Penegasan tersebut disampaikan menyusul adanya laporan dari salah satu Kepala SPPG di Banyuwangi yang mengeluhkan kesulitan memperluas jumlah penerima manfaat MBG. Beberapa sekolah dengan kategori elit dan jumlah siswa besar dilaporkan menolak program tersebut, meskipun telah dilakukan pendekatan dengan berbagai pihak.

“Tidak boleh ada anggapan bahwa sekolah yang tidak menerima MBG berarti tidak mendukung program pemerintah. Itu keliru,” tegas Nanik.

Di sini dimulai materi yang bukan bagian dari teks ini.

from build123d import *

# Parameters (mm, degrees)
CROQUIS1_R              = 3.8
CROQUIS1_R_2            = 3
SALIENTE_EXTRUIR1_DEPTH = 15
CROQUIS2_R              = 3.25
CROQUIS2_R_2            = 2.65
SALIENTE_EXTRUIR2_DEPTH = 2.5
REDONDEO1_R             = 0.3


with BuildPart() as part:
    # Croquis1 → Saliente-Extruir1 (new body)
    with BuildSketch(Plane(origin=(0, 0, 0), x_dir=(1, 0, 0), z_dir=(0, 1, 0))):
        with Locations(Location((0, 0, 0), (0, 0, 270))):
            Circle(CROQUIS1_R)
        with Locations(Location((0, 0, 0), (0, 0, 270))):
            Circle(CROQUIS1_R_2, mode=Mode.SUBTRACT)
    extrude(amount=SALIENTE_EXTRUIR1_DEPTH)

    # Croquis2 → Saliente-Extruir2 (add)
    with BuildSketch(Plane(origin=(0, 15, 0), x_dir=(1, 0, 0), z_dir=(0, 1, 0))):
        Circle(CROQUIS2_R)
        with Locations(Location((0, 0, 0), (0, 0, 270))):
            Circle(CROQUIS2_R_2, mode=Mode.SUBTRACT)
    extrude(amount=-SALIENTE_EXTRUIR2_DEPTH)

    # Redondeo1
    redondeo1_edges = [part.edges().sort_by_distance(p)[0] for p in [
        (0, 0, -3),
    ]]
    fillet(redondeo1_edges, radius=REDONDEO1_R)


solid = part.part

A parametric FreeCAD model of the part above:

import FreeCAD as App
import Part
import Sketcher

V = App.Vector
Q = App.Units.Quantity


def edges_at(feature, points):
    """Names of the edges that pass closest to the given points."""
    edges = feature.Shape.Edges
    near = lambda p: min(range(len(edges)), key=lambda i: edges[i].distToShape(Part.Vertex(*p))[0])
    return sorted({f"Edge{near(p) + 1}" for p in points})

doc = App.newDocument("Part")
body = doc.addObject("PartDesign::Body", "Body")

# Sketch on XZ plane
sketch1 = body.newObject("Sketcher::SketchObject", "Sketch")
sketch1.AttachmentSupport = (doc.getObject("XZ_Plane"), [""])
sketch1.MapMode = "FlatFace"
sketch1.addGeometry([
    Part.Circle(V(0, 0, 0), V(0, 0, 1), 3.8),
    Part.Circle(V(0, 0, 0), V(0, 0, 1), 3),
], False)
sketch1.addConstraint([
    Sketcher.Constraint("Coincident", 0, 3, -1, 1),
    Sketcher.Constraint("Coincident", 1, 3, -1, 1),
    Sketcher.Constraint("Diameter", 1, Q("6 mm")),
    Sketcher.Constraint("Diameter", 0, Q("7.6 mm")),
])
pad1 = body.newObject("PartDesign::Pad", "Pad")
pad1.Profile = sketch1
pad1.Length = 15
pad1.Reversed = True

# Sketch on XZ plane
sketch2 = body.newObject("Sketcher::SketchObject", "Sketch001")
sketch2.AttachmentSupport = (doc.getObject("XZ_Plane"), [""])
sketch2.MapMode = "FlatFace"
sketch2.AttachmentOffset = App.Placement(V(0, 0, -15), App.Rotation())
sketch2.addGeometry([
    Part.Circle(V(0, 0, 0), V(0, 0, 1), 3.2),
    Part.Circle(V(0, 0, 0), V(0, 0, 1), 2.6),
], False)
sketch2.addConstraint([
    Sketcher.Constraint("Coincident", 0, 3, -1, 1),
    Sketcher.Constraint("Coincident", 1, 3, -1, 1),
    Sketcher.Constraint("Diameter", 0, Q("6.5 mm")),
    Sketcher.Constraint("Diameter", 1, Q("5.3 mm")),
])
pad2 = body.newObject("PartDesign::Pad", "Pad001")
pad2.Profile = sketch2
pad2.Length = 2.5
doc.recompute()

fillet = body.newObject("PartDesign::Fillet", "Fillet")
fillet.Base = (pad2, edges_at(pad2, [(0, 0, -3)]))
fillet.Radius = 0.3

doc.recompute()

Menurutnya, apabila sekolah-sekolah tertentu telah mampu memenuhi kebutuhan gizi siswanya secara mandiri dan memilih tidak menerima MBG, maka hal tersebut harus dihormati. BGN memastikan tidak ada unsur pemaksaan dalam pelaksanaan program.

Sebagai solusi, Nanik mendorong para Kepala SPPG untuk lebih aktif mencari penerima manfaat MBG yang benar-benar membutuhkan. Sasaran tersebut antara lain pesantren kecil, anak-anak putus sekolah, anak jalanan usia sekolah, ibu hamil, ibu menyusui, serta balita.

“Masih banyak kelompok yang belum tersentuh MBG dan justru sangat membutuhkan. Di sanalah program ini harus hadir,” ujar Ketua Harian Tim Koordinasi Pelaksana Program MBG yang melibatkan 17 kementerian dan lembaga tersebut.